(Material provided begins)
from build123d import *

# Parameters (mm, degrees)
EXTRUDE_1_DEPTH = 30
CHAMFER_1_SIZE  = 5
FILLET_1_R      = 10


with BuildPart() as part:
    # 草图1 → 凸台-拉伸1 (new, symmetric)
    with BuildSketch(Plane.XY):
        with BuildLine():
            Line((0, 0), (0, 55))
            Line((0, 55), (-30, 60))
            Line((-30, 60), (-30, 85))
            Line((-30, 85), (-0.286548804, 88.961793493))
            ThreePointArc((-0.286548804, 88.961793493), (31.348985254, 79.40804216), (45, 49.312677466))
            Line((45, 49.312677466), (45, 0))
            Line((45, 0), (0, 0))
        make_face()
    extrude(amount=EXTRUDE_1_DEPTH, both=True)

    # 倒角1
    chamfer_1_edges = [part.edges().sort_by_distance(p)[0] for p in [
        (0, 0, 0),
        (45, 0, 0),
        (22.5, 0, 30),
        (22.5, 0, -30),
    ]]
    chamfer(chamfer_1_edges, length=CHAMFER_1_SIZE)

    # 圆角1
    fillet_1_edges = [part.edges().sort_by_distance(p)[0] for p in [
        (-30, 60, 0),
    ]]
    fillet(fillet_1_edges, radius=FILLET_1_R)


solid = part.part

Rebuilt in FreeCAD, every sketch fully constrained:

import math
import FreeCAD as App
import Part
import Sketcher

V = App.Vector


def edges_at(feature, points):
    """Names of the edges that pass closest to the given points."""
    edges = feature.Shape.Edges
    near = lambda p: min(range(len(edges)), key=lambda i: edges[i].distToShape(Part.Vertex(*p))[0])
    return sorted({f"Edge{near(p) + 1}" for p in points})

doc = App.newDocument("Part")
body = doc.addObject("PartDesign::Body", "Body")

# Sketch on XY plane
sketch1 = doc.addObject("Sketcher::SketchObject", "Sketch")
body.addObject(sketch1)
sketch1.AttachmentSupport = (doc.XY_Plane, [""])
sketch1.MapMode = "FlatFace"
sketch1.addGeometry([
    Part.LineSegment(V(0, 55, 0), V(0, 0, 0)),  # 0
    Part.LineSegment(V(0, 0, 0), V(45, 0, 0)),  # 1
    Part.LineSegment(V(45, 0, 0), V(45, 49.312677, 0)),  # 2
    Part.ArcOfCircle(Part.Circle(V(5, 49.312677, 0), V(0, 0, 1), 40), math.radians(0), math.radians(97.594643)),  # 3
    Part.LineSegment(V(-0.286549, 88.961793, 0), V(-30, 85, 0)),  # 4
    Part.LineSegment(V(-30, 85, 0), V(-30, 60, 0)),  # 5
    Part.LineSegment(V(-30, 60, 0), V(0, 55, 0)),  # 6
], False)
sketch1.addConstraint([
    Sketcher.Constraint("Coincident", 0, 2, 1, 1),
    Sketcher.Constraint("Coincident", 1, 2, 2, 1),
    Sketcher.Constraint("Tangent", 2, 2, 3, 1),
    Sketcher.Constraint("Tangent", 3, 2, 4, 1),
    Sketcher.Constraint("Coincident", 4, 2, 5, 1),
    Sketcher.Constraint("Coincident", 5, 2, 6, 1),
    Sketcher.Constraint("Coincident", 6, 2, 0, 1),
    Sketcher.Constraint("Vertical", 0),
    Sketcher.Constraint("Horizontal", 1),
    Sketcher.Constraint("Vertical", 2),
    Sketcher.Constraint("Vertical", 5),
    Sketcher.Constraint("Coincident", 0, 2, -1, 1),
    Sketcher.Constraint("Radius", 3, 40.0),
    Sketcher.Constraint("DistanceX", 1, 1, 1, 2, 45.0),
    Sketcher.Constraint("DistanceY", 0, 2, 0, 1, 55.0),
    Sketcher.Constraint("DistanceY", 5, 2, 5, 1, 25.0),
    Sketcher.Constraint("DistanceX", 4, 2, -1, 1, 30.0),
    Sketcher.Constraint("DistanceY", -1, 1, 4, 2, 85.0),
    Sketcher.Constraint("DistanceY", 2, 1, 2, 2, 49.312677),
])
pad1 = doc.addObject("PartDesign::Pad", "Pad")
body.addObject(pad1)
pad1.Profile = sketch1
pad1.Length = 60
pad1.Midplane = True
doc.recompute()

chamfer = doc.addObject("PartDesign::Chamfer", "Chamfer")
body.addObject(chamfer)
chamfer.Base = (pad1, edges_at(pad1, [
    (0, 0, 0),
    (45, 0, 0),
    (22.5, 0, 30),
    (22.5, 0, -30),
]))
chamfer.Size = 5
doc.recompute()

fillet = doc.addObject("PartDesign::Fillet", "Fillet")
body.addObject(fillet)
fillet.Base = (chamfer, edges_at(chamfer, [(-30, 60, 0)]))
fillet.Radius = 10

doc.recompute()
(Material provided ends)
■ Instructions to follow:
Transcribe all entries exactly as they are given.

■ Answer area:
from build123d import *

# Parameters (mm, degrees)
EXTRUDE_1_DEPTH = 30
CHAMFER_1_SIZE  = 5
FILLET_1_R      = 10


with BuildPart() as part:
    # 草图1 → 凸台-拉伸1 (new, symmetric)
    with BuildSketch(Plane.XY):
        with BuildLine():
            Line((0, 0), (0, 55))
            Line((0, 55), (-30, 60))
            Line((-30, 60), (-30, 85))
            Line((-30, 85), (-0.286548804, 88.961793493))
            ThreePointArc((-0.286548804, 88.961793493), (31.348985254, 79.40804216), (45, 49.312677466))
            Line((45, 49.312677466), (45, 0))
            Line((45, 0), (0, 0))
        make_face()
    extrude(amount=EXTRUDE_1_DEPTH, both=True)

    # 倒角1
    chamfer_1_edges = [part.edges().sort_by_distance(p)[0] for p in [
        (0, 0, 0),
        (45, 0, 0),
        (22.5, 0, 30),
        (22.5, 0, -30),
    ]]
    chamfer(chamfer_1_edges, length=CHAMFER_1_SIZE)

    # 圆角1
    fillet_1_edges = [part.edges().sort_by_distance(p)[0] for p in [
        (-30, 60, 0),
    ]]
    fillet(fillet_1_edges, radius=FILLET_1_R)


solid = part.part

Rebuilt in FreeCAD, every sketch fully constrained:

import math
import FreeCAD as App
import Part
import Sketcher

V = App.Vector


def edges_at(feature, points):
    """Names of the edges that pass closest to the given points."""
    edges = feature.Shape.Edges
    near = lambda p: min(range(len(edges)), key=lambda i: edges[i].distToShape(Part.Vertex(*p))[0])
    return sorted({f"Edge{near(p) + 1}" for p in points})

doc = App.newDocument("Part")
body = doc.addObject("PartDesign::Body", "Body")

# Sketch on XY plane
sketch1 = doc.addObject("Sketcher::SketchObject", "Sketch")
body.addObject(sketch1)
sketch1.AttachmentSupport = (doc.XY_Plane, [""])
sketch1.MapMode = "FlatFace"
sketch1.addGeometry([
    Part.LineSegment(V(0, 55, 0), V(0, 0, 0)),  # 0
    Part.LineSegment(V(0, 0, 0), V(45, 0, 0)),  # 1
    Part.LineSegment(V(45, 0, 0), V(45, 49.312677, 0)),  # 2
    Part.ArcOfCircle(Part.Circle(V(5, 49.312677, 0), V(0, 0, 1), 40), math.radians(0), math.radians(97.594643)),  # 3
    Part.LineSegment(V(-0.286549, 88.961793, 0), V(-30, 85, 0)),  # 4
    Part.LineSegment(V(-30, 85, 0), V(-30, 60, 0)),  # 5
    Part.LineSegment(V(-30, 60, 0), V(0, 55, 0)),  # 6
], False)
sketch1.addConstraint([
    Sketcher.Constraint("Coincident", 0, 2, 1, 1),
    Sketcher.Constraint("Coincident", 1, 2, 2, 1),
    Sketcher.Constraint("Tangent", 2, 2, 3, 1),
    Sketcher.Constraint("Tangent", 3, 2, 4, 1),
    Sketcher.Constraint("Coincident", 4, 2, 5, 1),
    Sketcher.Constraint("Coincident", 5, 2, 6, 1),
    Sketcher.Constraint("Coincident", 6, 2, 0, 1),
    Sketcher.Constraint("Vertical", 0),
    Sketcher.Constraint("Horizontal", 1),
    Sketcher.Constraint("Vertical", 2),
    Sketcher.Constraint("Vertical", 5),
    Sketcher.Constraint("Coincident", 0, 2, -1, 1),
    Sketcher.Constraint("Radius", 3, 40.0),
    Sketcher.Constraint("DistanceX", 1, 1, 1, 2, 45.0),
    Sketcher.Constraint("DistanceY", 0, 2, 0, 1, 55.0),
    Sketcher.Constraint("DistanceY", 5, 2, 5, 1, 25.0),
    Sketcher.Constraint("DistanceX", 4, 2, -1, 1, 30.0),
    Sketcher.Constraint("DistanceY", -1, 1, 4, 2, 85.0),
    Sketcher.Constraint("DistanceY", 2, 1, 2, 2, 49.312677),
])
pad1 = doc.addObject("PartDesign::Pad", "Pad")
body.addObject(pad1)
pad1.Profile = sketch1
pad1.Length = 60
pad1.Midplane = True
doc.recompute()

chamfer = doc.addObject("PartDesign::Chamfer", "Chamfer")
body.addObject(chamfer)
chamfer.Base = (pad1, edges_at(pad1, [
    (0, 0, 0),
    (45, 0, 0),
    (22.5, 0, 30),
    (22.5, 0, -30),
]))
chamfer.Size = 5
doc.recompute()

fillet = doc.addObject("PartDesign::Fillet", "Fillet")
body.addObject(fillet)
fillet.Base = (chamfer, edges_at(chamfer, [(-30, 60, 0)]))
fillet.Radius = 10

doc.recompute()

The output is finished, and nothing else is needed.